Astuto lector, si ha echado usted ya la porra del Mundial con la gente del pádel, el yoga o el bar de abajo quizá haya diseñado una fantasía mezcla de know how futbolístico y ganas locas que concluye con España -concretamente, con Sergio Busquets- levantando su segundo y apoteósico bolardo dorado en ese país absurdo lleno de tumbas anónimas y fans de a 5 riales la hora. Se lo comento, obvio, porque es lo que me ha salido a mí: un camino azaroso y a la par vibrante que concluye con Messi pichichi del Mundial pero apeado en semis, pobret, y una final entre LA ROJA DE LUIS ENRIQUE (hay que decirlo más) y la competitiva pero envejecida Uruguay (27,8 años de media por 25,6 de los nuestros).

Por supuesto, el desiderátum culmina con España pintándose sobre el escudo la parejita de estrellas gracias, una vez más, a medio Barça, a un técnico que pone a jugar a muchos del Barça y a algún verso suelto de calidad para desatascar el clásico partido trampa o parar el penalti en cuartos, esas minucias. Sin embargo, puede ocurrirle como a mí, que empiece entusiasmándole la idea y acabe viéndola disolverse como un pañuelo de papel en un charco de náusea sartriana. Me explico: esos siete partidos, más alguna que otra prórroga que es obligatorio disputar para alzar la Copa de la Vida al cielo del Golfo, se pueden hacer muy largos para el barcelonismo.
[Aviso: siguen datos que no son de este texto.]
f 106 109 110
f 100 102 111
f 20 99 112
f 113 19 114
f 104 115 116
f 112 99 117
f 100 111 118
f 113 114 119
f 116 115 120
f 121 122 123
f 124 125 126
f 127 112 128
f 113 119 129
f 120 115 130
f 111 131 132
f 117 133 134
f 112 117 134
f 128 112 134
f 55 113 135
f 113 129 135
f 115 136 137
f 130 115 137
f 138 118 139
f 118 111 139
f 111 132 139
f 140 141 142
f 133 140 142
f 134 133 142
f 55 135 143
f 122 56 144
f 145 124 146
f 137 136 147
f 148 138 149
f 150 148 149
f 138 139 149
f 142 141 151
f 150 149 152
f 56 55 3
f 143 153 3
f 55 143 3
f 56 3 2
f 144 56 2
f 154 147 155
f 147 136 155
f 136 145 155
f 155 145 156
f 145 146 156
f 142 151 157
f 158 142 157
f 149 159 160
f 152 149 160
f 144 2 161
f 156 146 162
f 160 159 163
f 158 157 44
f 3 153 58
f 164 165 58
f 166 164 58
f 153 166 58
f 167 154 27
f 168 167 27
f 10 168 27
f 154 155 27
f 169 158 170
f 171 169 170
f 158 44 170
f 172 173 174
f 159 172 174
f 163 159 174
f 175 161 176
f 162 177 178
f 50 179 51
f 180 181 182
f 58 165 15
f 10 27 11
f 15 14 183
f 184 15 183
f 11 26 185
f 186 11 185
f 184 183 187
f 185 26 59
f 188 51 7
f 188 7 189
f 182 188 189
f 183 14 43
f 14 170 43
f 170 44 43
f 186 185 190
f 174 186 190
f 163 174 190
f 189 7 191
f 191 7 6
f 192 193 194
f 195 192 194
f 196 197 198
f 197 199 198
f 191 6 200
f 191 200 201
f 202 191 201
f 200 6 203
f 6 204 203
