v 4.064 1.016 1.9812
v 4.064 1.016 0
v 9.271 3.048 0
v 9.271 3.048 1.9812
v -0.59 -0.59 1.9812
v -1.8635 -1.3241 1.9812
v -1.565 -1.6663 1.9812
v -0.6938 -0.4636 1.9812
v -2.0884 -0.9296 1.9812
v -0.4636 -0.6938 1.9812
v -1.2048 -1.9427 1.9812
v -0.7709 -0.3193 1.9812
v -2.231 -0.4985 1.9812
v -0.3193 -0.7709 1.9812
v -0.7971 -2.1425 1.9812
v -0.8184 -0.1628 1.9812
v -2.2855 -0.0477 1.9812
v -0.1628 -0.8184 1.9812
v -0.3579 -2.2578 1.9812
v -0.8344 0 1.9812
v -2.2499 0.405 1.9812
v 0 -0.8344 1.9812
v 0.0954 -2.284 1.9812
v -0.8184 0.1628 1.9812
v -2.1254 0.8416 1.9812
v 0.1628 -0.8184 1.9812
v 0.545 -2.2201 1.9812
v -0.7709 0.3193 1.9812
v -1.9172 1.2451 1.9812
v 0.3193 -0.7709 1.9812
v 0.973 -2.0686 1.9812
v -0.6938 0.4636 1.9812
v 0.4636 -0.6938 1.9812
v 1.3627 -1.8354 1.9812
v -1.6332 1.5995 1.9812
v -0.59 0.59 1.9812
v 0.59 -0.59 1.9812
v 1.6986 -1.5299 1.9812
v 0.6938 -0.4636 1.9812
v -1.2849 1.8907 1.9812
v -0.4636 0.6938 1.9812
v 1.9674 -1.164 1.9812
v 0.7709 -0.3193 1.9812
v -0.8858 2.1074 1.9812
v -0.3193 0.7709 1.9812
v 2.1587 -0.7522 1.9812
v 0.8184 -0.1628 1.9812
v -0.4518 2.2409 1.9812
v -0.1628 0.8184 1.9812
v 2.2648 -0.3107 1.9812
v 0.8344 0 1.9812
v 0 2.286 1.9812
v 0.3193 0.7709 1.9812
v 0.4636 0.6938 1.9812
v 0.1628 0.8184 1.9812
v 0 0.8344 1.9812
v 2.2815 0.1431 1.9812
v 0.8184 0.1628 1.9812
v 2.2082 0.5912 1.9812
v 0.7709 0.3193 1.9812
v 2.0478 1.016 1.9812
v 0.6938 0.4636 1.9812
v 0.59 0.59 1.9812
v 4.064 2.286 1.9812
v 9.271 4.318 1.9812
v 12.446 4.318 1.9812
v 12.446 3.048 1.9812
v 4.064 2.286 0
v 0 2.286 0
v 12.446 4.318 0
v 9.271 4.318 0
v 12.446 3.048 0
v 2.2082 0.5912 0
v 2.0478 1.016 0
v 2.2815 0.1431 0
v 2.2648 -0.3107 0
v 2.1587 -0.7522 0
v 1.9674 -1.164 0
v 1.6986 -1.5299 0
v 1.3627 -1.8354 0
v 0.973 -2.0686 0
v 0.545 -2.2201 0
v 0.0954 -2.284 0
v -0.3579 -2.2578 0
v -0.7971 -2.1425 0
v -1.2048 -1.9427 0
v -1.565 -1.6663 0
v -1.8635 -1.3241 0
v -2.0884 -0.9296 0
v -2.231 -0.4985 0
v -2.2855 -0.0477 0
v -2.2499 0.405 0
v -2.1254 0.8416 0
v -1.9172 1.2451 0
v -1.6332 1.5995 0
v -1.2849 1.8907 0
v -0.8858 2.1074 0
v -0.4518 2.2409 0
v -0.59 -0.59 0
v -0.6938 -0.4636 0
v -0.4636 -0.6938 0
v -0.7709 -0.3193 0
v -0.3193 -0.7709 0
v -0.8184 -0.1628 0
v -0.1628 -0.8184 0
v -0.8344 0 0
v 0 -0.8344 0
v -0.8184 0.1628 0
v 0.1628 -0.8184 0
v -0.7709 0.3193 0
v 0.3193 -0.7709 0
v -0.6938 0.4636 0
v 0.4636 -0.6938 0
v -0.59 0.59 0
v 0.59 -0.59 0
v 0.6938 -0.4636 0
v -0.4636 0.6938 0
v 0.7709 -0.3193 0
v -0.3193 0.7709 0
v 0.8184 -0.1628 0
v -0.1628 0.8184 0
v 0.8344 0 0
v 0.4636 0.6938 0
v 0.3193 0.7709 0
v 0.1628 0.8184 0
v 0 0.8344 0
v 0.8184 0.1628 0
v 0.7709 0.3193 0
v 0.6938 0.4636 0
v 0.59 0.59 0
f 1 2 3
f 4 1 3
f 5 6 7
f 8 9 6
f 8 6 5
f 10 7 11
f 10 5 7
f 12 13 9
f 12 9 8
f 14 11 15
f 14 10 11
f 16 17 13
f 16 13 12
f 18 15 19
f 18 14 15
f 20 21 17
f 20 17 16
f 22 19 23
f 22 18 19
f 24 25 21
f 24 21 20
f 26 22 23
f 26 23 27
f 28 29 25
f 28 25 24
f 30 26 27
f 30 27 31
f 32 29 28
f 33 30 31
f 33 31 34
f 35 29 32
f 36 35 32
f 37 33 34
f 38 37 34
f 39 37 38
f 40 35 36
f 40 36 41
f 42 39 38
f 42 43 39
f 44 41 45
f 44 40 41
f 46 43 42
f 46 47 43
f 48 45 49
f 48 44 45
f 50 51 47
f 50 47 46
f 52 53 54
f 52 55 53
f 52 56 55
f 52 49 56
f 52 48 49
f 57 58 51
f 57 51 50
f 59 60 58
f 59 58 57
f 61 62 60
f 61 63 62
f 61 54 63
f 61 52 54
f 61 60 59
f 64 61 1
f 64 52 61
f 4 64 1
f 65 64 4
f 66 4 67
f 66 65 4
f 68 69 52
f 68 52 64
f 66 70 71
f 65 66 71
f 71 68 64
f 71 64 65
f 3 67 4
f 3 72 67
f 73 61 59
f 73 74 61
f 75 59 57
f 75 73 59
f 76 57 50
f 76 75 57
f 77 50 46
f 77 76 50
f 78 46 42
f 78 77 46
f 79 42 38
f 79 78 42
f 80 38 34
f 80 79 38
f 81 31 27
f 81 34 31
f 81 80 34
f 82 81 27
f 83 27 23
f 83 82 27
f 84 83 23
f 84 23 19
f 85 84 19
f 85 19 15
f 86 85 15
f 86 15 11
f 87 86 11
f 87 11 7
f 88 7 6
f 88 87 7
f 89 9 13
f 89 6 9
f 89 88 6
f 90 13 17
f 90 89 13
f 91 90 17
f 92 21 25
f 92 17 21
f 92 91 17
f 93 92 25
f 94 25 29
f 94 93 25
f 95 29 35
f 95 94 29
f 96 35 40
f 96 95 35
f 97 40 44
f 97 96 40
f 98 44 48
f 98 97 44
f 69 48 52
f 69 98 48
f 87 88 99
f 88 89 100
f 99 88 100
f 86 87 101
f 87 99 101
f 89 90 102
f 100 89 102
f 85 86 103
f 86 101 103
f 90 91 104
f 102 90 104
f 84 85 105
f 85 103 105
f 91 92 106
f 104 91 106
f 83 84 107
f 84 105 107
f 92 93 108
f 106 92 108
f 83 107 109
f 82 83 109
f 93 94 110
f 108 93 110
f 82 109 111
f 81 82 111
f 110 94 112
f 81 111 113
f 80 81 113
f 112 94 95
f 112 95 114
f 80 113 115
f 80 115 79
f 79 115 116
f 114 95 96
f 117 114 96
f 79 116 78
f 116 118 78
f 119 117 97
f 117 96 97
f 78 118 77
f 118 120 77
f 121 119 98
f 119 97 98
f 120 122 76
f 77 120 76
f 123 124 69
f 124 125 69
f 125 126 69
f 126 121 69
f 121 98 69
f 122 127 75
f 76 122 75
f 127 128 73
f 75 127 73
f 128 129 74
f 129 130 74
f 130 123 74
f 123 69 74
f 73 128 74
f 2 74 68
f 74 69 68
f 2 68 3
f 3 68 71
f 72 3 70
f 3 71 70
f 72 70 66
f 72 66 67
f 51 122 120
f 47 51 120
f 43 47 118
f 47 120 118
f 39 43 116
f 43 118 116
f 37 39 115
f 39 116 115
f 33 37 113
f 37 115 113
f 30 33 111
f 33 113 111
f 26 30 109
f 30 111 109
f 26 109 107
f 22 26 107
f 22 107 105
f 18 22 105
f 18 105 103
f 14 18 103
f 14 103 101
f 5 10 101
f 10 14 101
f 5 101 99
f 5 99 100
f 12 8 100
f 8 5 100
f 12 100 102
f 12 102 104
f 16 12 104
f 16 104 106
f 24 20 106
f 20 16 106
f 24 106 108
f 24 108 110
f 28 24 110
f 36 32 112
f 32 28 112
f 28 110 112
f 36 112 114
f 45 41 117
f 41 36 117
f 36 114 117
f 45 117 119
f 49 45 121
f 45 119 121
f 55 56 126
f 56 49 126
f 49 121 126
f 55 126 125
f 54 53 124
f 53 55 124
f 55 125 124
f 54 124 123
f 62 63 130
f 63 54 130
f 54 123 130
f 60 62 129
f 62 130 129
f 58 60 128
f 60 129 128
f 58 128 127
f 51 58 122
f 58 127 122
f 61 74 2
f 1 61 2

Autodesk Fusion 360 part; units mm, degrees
sketch "Sketch1" plane through (0, 0, 0) normal (0, 0, 1) x (1, 0, 0)
  circle A0 centre (0, 0) radius 0.8344
  line L0 (0, 0) -> (-2.286, 0) construction
  line L1 (0, 2.286) -> (4.064, 2.286)
  line L2 (2.0478, 1.016) -> (4.064, 1.016)
  line L3 (12.446, 4.318) -> (9.271, 4.318)
  line L4 (12.446, 4.318) -> (12.446, 3.048)
  line L5 (12.446, 3.048) -> (9.271, 3.048)
  line L6 (4.064, 2.286) -> (9.271, 4.318)
  line L7 (4.064, 1.016) -> (9.271, 3.048)
  arc A1 (0, 2.286) -> (2.0478, 1.016) centre (0, 0) ccw
  dimension "d1" = 1.6688
  dimension "d2" = 4.572
  dimension "d9" = 3.175
  dimension "d10" = 1.27
  dimension "d11" = 3.175
extrude "Extrude1" add sketch "Sketch1" along normal blind 1.9812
Especialmente si el último de ellos no sirve para hacer cima del mundo, sino para que un tal Luis Suárez disfrute de otra vendetta como la que tuvo en el Atleti, Fede Valverde se consagre como tractor jefe del madridismo más terruñoso o Darwin Núñez haga la clásica de venir a joder que siempre hacen los del Liverpool... excepto cuando se enfrentan al equipo que les pinta la cara sin remedio desde 2018. Al cual, por supuesto, cualquier culé de bien espera que los reds y ese presunto, pero presuntísimo, genio del fútbol llamado Klopp tengan la mínima dignidad deportiva y profesional de eliminar a cara de perro el próximo marzo.

Además, está el asunto nada baladí de las lesiones. Si la fecha FIFA de septiembre dejó tres meses al Barça con un prejubilado y un lateral izquierdo de centrales más habituales, hincarle a la plana mayor culé, veteranos y noveles, un Mundial hasta donde pone Toledo con el tramo de la verdad de la temporada aún por delante suena, como poco, arriesgado. Si la 2022-23 del Barça, que necesita encarrilarse desde la novatada de Xavi en la Champions, se malogra porque Pedri, Ferran, Ansu o el mismo Araújo, quien se habrá chupado los mismos siete partidacos con el alma pintada en la camiseta para llegar hasta ahí, hacen catacrocker, será culpa, obvio, del capricho esos tipos del turbante tan pobres que solo tienen dinero y si acaso una final de Champions que por supuesto palmó el PSG. Pero también será el culmen de una nueva racha del ya celebérrimo gafe azulgrana.

Una mala pata con la que el Barça ya no se puede permitir coquetear, por cierto. Que le hayan metido 3 partidos de suspensión a Lewandowski después de buscar en Google un traductor de gestos germano-polacos y cero a Carletto por decir que los árbitros que pitan al Madrid se inventan los penaltis ya deja bien claro cómo cuidan LaLiga y la Federación a su auténtico 'producto estrella': el caciquismo. Casi mejor todo menos esa final. Incluso una mítica caída en cuartos y que gane la porra el Genaro, que ha puesto campeona a Alemania porque una vez leyó aquello de "el fútbol es el deporte donde juegan once contra once y...". No le falta razón al hombre, porque nos vendieron que con el VAR esto sería otra cosa, más seria... y mira, pues no. Es lo de siempre.